With results from local elections in the UK coming in slowly it will be the end of Saturday before a full picture emerges. But the first results and the thumping victory for Prime Minister Boris Johnson’s Conservative party in the Hartlepool parliamentary by-election already offer a few key takeaways.
English voters are broadly satisfied with, or at least forgiving of, Boris Johnson’s handling of the pandemic. The issue rightly dominates public thinking and the elections were firstly a referendum on the government’s performance. The early indications are that Johnson’s support in England is at least at, and possibly above, its levels at the 2019 election. This means he has held on to those who voted for him then and may even have won back a few doubters. (Other incumbents, in Scotland, Wales, and the mayoralties, also appear to have been judged kindly by voters).
The fact that Johnson has come through the pandemic relatively unscathed is overwhelmingly down to the vaccine rollout. In December and January the Tories were down at 37 per cent in YouGov polls and even behind the Labour opposition. But voters credit the prime minister for the vaccine success and have discounted earlier errors during the crisis. The UK’s death toll remains the highest in Europe (though Italy’s is sadly closing in fast) but the judgment of those not implacably hostile has been generous.
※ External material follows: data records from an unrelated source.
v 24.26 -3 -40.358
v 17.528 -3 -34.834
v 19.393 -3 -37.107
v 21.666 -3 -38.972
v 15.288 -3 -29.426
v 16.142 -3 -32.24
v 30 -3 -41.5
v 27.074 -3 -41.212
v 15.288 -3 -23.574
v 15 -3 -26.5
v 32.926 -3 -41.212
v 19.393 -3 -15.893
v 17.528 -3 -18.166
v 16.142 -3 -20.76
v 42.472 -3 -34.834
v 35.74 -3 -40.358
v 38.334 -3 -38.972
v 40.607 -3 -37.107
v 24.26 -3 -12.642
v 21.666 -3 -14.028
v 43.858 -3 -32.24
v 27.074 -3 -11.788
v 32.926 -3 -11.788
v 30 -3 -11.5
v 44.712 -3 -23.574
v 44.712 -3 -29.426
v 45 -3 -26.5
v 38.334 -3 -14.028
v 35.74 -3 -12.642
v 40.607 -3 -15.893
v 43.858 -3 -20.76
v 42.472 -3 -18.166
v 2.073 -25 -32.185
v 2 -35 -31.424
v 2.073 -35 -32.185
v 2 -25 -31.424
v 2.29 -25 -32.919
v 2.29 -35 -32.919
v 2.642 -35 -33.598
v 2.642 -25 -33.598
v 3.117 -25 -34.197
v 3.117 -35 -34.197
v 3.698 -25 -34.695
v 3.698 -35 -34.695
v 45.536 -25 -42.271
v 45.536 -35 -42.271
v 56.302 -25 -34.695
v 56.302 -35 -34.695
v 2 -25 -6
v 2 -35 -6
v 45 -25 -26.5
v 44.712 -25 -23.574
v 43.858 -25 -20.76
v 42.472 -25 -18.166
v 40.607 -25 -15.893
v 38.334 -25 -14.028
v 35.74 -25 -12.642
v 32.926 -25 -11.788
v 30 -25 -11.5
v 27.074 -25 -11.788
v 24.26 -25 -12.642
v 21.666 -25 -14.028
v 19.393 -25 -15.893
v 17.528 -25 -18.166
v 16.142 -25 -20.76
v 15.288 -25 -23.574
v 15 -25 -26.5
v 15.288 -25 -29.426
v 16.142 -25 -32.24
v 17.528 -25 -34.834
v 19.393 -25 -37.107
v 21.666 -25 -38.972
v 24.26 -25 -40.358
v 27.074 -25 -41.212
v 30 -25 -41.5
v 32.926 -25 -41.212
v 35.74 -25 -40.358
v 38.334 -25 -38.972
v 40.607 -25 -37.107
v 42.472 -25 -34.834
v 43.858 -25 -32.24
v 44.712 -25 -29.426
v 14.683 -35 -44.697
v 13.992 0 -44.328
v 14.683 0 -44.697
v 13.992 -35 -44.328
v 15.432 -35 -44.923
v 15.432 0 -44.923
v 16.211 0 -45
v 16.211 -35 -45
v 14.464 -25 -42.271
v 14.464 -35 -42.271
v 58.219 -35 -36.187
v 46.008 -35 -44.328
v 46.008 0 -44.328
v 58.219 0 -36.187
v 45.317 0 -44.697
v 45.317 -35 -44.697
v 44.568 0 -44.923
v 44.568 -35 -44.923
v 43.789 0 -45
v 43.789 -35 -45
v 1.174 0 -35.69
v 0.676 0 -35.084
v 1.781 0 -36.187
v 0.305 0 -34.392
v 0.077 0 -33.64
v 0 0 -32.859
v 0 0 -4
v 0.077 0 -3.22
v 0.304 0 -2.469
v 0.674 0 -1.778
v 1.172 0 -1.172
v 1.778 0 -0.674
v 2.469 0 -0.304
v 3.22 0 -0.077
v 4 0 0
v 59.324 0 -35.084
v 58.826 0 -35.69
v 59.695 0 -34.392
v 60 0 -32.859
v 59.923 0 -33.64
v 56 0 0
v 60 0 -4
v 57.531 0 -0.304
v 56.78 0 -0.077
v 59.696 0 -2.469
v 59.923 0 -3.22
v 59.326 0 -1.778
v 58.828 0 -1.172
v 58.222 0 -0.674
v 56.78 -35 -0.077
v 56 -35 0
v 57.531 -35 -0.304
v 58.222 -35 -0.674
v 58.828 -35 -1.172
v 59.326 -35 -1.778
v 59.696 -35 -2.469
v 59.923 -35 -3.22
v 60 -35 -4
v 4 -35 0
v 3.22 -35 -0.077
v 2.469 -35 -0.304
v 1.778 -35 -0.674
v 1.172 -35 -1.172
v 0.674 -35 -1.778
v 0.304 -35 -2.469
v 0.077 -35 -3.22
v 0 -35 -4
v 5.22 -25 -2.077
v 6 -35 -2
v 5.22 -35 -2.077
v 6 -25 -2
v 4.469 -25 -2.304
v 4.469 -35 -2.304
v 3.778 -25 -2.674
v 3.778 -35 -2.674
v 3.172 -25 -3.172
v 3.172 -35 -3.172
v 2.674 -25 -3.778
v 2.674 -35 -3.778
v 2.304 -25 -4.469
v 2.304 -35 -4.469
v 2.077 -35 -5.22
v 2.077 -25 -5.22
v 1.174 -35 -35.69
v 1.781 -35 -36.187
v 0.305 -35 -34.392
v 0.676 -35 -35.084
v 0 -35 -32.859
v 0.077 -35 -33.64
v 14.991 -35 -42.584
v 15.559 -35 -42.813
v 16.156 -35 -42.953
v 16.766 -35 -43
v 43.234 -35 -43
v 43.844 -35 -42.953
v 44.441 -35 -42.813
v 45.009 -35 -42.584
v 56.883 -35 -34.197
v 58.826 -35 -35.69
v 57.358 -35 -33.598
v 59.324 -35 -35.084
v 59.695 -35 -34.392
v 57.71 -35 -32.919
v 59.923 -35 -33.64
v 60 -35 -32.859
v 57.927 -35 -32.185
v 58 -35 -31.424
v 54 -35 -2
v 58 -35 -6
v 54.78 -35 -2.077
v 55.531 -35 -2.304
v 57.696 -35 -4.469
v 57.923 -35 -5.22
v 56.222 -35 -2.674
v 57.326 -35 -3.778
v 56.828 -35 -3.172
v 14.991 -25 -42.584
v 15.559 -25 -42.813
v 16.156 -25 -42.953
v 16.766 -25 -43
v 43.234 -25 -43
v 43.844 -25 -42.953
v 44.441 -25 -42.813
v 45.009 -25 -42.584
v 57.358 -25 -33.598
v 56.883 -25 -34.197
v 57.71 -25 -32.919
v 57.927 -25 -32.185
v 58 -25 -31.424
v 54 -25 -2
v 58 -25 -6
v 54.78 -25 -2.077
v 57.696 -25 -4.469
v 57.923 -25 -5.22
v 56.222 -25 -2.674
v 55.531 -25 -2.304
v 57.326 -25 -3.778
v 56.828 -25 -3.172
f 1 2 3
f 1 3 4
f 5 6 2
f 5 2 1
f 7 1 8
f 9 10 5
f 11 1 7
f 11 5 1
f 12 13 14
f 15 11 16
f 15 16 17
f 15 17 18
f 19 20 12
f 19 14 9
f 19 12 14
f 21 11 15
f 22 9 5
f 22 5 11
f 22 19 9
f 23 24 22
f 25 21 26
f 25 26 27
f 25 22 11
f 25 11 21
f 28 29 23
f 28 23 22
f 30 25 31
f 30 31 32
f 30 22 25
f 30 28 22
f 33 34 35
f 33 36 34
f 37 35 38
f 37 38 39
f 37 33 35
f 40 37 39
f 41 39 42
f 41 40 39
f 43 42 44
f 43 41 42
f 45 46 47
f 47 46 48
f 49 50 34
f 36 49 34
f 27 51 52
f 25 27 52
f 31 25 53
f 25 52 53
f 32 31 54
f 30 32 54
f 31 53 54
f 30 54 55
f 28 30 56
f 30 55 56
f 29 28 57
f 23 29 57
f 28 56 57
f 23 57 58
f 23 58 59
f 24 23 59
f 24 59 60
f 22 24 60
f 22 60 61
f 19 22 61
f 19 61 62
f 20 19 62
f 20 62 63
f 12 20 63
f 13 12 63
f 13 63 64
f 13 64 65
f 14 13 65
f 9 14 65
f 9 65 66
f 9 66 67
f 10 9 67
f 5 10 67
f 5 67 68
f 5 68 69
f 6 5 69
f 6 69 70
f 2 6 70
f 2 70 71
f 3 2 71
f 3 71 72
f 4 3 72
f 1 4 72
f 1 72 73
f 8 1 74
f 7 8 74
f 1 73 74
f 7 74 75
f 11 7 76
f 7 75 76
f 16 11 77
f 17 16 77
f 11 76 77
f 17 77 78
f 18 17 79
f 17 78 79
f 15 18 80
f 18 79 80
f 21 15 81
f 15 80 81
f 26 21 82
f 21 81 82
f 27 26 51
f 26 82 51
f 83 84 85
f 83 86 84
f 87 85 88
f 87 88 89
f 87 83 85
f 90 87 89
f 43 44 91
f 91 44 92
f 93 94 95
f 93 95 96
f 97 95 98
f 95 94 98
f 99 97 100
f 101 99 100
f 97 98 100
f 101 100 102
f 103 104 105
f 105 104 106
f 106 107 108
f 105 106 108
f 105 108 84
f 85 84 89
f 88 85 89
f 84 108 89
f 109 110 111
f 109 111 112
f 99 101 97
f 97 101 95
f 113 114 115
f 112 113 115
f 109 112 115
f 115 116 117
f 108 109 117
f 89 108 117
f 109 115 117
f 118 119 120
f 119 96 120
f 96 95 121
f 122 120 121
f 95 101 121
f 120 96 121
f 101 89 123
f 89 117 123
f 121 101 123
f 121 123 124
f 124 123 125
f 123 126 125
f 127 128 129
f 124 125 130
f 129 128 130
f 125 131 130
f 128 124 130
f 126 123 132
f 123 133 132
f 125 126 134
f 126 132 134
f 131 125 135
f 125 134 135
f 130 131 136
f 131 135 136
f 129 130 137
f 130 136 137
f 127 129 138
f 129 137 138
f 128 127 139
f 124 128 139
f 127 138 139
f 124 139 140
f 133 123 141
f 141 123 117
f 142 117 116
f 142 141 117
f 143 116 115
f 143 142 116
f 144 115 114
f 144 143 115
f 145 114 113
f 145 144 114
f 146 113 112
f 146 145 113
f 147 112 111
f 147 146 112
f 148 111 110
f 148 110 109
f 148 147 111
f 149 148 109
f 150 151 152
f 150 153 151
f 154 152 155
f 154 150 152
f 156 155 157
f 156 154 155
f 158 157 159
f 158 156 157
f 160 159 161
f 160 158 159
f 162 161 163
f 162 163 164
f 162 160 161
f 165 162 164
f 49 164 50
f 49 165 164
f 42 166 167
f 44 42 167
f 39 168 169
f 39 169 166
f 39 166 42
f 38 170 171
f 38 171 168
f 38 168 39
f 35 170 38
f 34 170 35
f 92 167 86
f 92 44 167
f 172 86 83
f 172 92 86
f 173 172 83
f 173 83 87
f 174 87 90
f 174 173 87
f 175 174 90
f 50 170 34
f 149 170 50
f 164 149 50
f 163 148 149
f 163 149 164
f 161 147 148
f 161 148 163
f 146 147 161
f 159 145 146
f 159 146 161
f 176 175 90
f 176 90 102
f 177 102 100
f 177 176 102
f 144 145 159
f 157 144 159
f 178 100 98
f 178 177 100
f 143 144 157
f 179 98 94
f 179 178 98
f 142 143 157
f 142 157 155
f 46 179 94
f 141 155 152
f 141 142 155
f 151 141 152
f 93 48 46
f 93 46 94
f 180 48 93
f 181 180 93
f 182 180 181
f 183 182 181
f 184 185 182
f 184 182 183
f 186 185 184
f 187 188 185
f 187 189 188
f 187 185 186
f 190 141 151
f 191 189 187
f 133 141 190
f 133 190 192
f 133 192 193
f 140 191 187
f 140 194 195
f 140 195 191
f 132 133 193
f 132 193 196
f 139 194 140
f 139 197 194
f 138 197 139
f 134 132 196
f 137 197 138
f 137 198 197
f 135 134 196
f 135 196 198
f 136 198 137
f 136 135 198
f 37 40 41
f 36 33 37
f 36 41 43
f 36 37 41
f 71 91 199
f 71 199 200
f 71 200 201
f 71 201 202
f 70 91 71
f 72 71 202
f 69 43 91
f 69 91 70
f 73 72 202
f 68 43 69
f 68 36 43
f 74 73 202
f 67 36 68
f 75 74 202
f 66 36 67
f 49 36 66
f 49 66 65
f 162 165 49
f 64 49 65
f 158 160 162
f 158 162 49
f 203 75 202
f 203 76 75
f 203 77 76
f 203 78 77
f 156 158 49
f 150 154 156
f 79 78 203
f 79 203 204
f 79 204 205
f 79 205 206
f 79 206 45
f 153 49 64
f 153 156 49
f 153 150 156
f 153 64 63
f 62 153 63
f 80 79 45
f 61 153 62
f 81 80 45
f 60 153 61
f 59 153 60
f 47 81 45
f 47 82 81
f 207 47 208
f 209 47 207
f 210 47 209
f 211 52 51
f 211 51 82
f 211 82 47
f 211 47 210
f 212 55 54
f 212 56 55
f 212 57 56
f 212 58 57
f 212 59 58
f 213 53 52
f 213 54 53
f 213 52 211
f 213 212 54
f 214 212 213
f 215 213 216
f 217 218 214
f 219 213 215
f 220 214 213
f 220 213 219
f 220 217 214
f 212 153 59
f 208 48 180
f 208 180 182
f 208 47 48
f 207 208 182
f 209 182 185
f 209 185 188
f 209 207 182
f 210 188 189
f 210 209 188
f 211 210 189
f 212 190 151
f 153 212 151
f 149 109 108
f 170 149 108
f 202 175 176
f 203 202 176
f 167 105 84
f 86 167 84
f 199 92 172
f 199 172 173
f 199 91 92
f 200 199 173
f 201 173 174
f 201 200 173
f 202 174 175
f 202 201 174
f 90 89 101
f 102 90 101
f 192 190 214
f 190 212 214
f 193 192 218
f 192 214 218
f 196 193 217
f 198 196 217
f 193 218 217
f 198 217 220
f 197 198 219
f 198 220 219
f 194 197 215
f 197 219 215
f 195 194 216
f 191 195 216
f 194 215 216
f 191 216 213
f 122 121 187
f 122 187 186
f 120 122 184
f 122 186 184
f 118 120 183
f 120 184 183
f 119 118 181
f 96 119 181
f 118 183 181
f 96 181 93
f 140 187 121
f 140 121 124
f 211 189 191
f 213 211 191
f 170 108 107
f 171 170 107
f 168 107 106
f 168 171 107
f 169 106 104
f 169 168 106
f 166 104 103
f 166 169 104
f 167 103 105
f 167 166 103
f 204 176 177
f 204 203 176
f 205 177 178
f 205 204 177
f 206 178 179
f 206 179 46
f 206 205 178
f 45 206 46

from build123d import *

# Parameters (mm, degrees)
F1_DEPTH = 35
F2_R     = 15
F3_DEPTH = 10
F4_DEPTH = 32
F5_R     = 4


with BuildPart() as f1:
    # F0 (on Front) → F1 (new body)
    with BuildSketch(Plane.XZ):
        Polygon((60, 0), (0, 0), (0, -35), (15, -45), (45, -45), (60, -35), align=None)
    extrude(amount=F1_DEPTH)

    # F2 (on face) → F3 (cut)
    with BuildSketch(Plane.XZ.offset(35)):
        Polygon((58, -2), (2, -2), (2, -33.5), (15.5, -43), (30, -43), (44.5, -43), (58, -33.5), align=None)
        with Locations((30, -26.5)):
            Circle(F2_R, mode=Mode.SUBTRACT)
    extrude(amount=-F3_DEPTH, mode=Mode.SUBTRACT)

    # F4 (cut): faces of the model
    f4_faces = [f1.faces().sort_by_distance(p)[0] for p in [
        (30, -35, -26.5),
        (30, -35, -26.5),
    ]]
    extrude(f4_faces, amount=-F4_DEPTH, mode=Mode.SUBTRACT)

    # F5
    f5_edges = [f1.edges().sort_by_distance(p)[0] for p in [
        (60, -17.5, 0),
        (60, -17.5, -35),
        (0, -17.5, 0),
        (45, -17.5, -45),
        (15, -17.5, -45),
        (0, -17.5, -35),
        (2, -30, -33.5),
        (44.5, -30, -43),
        (15.5, -30, -43),
        (58, -30, -33.5),
        (58, -30, -2),
        (2, -30, -2),
    ]]
    fillet(f5_edges, radius=F5_R)


solid = f1.part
Campaigning showed again that Boris Johnson has a powerful personal appeal which reaches beyond traditional party loyalties. While there are many irreconcilables, he is winning and retaining those ready to give him a hearing. His Brexit coalition, reinforced with a different brand of conservatism built around greater interventionism and commitment to state spending, has assembled a strong new electoral and demographic base which shows no signs of weakening. While some Tories talk of a day when the public tires of his style and he is replaced with a more managerial figure like Rishi Sunak, Johnson has a star quality which will not be easily replicated.
It is promising to be a grim weekend for Labour. The Hartlepool defeat was at the very worst end of expectations. It showed the steady Conservative encroachment into traditional Labour heartlands is not over, and their strategy of - for a start - just appearing to care about the regions means they are in this fight for the long haul. Hartlepool reinforces the trend of the 2019, and indeed the 2017, general election results and shows the Tories have found a way back into significant chunks of the north, especially outside the major cities. That Johnson’s electoral coalition is holding also suggests Brexit will have a more lasting effect on voting patterns and political identity.
The massive win for Ben Houchen, the most visible northern standard bearer of the new interventionist Toryism who was re-elected as Tees Valley mayor with 73 per cent of the vote, and early council wins in the Midlands show the Tories are winning in their target areas. The conservative Andy Street looks well placed for re-election as West Midlands mayor. Labour is also still losing power in traditional areas, such as Sheffield. Even where there are victories, as in Wales and the anticipated re-election of Andy Burnham as Manchester mayor, these will not be not wins for Keir Starmer himself. The message is that not being led by his hard-left predecessor Jeremy Corbyn and moving on from Brexit are not enough for the party to win back lost voters.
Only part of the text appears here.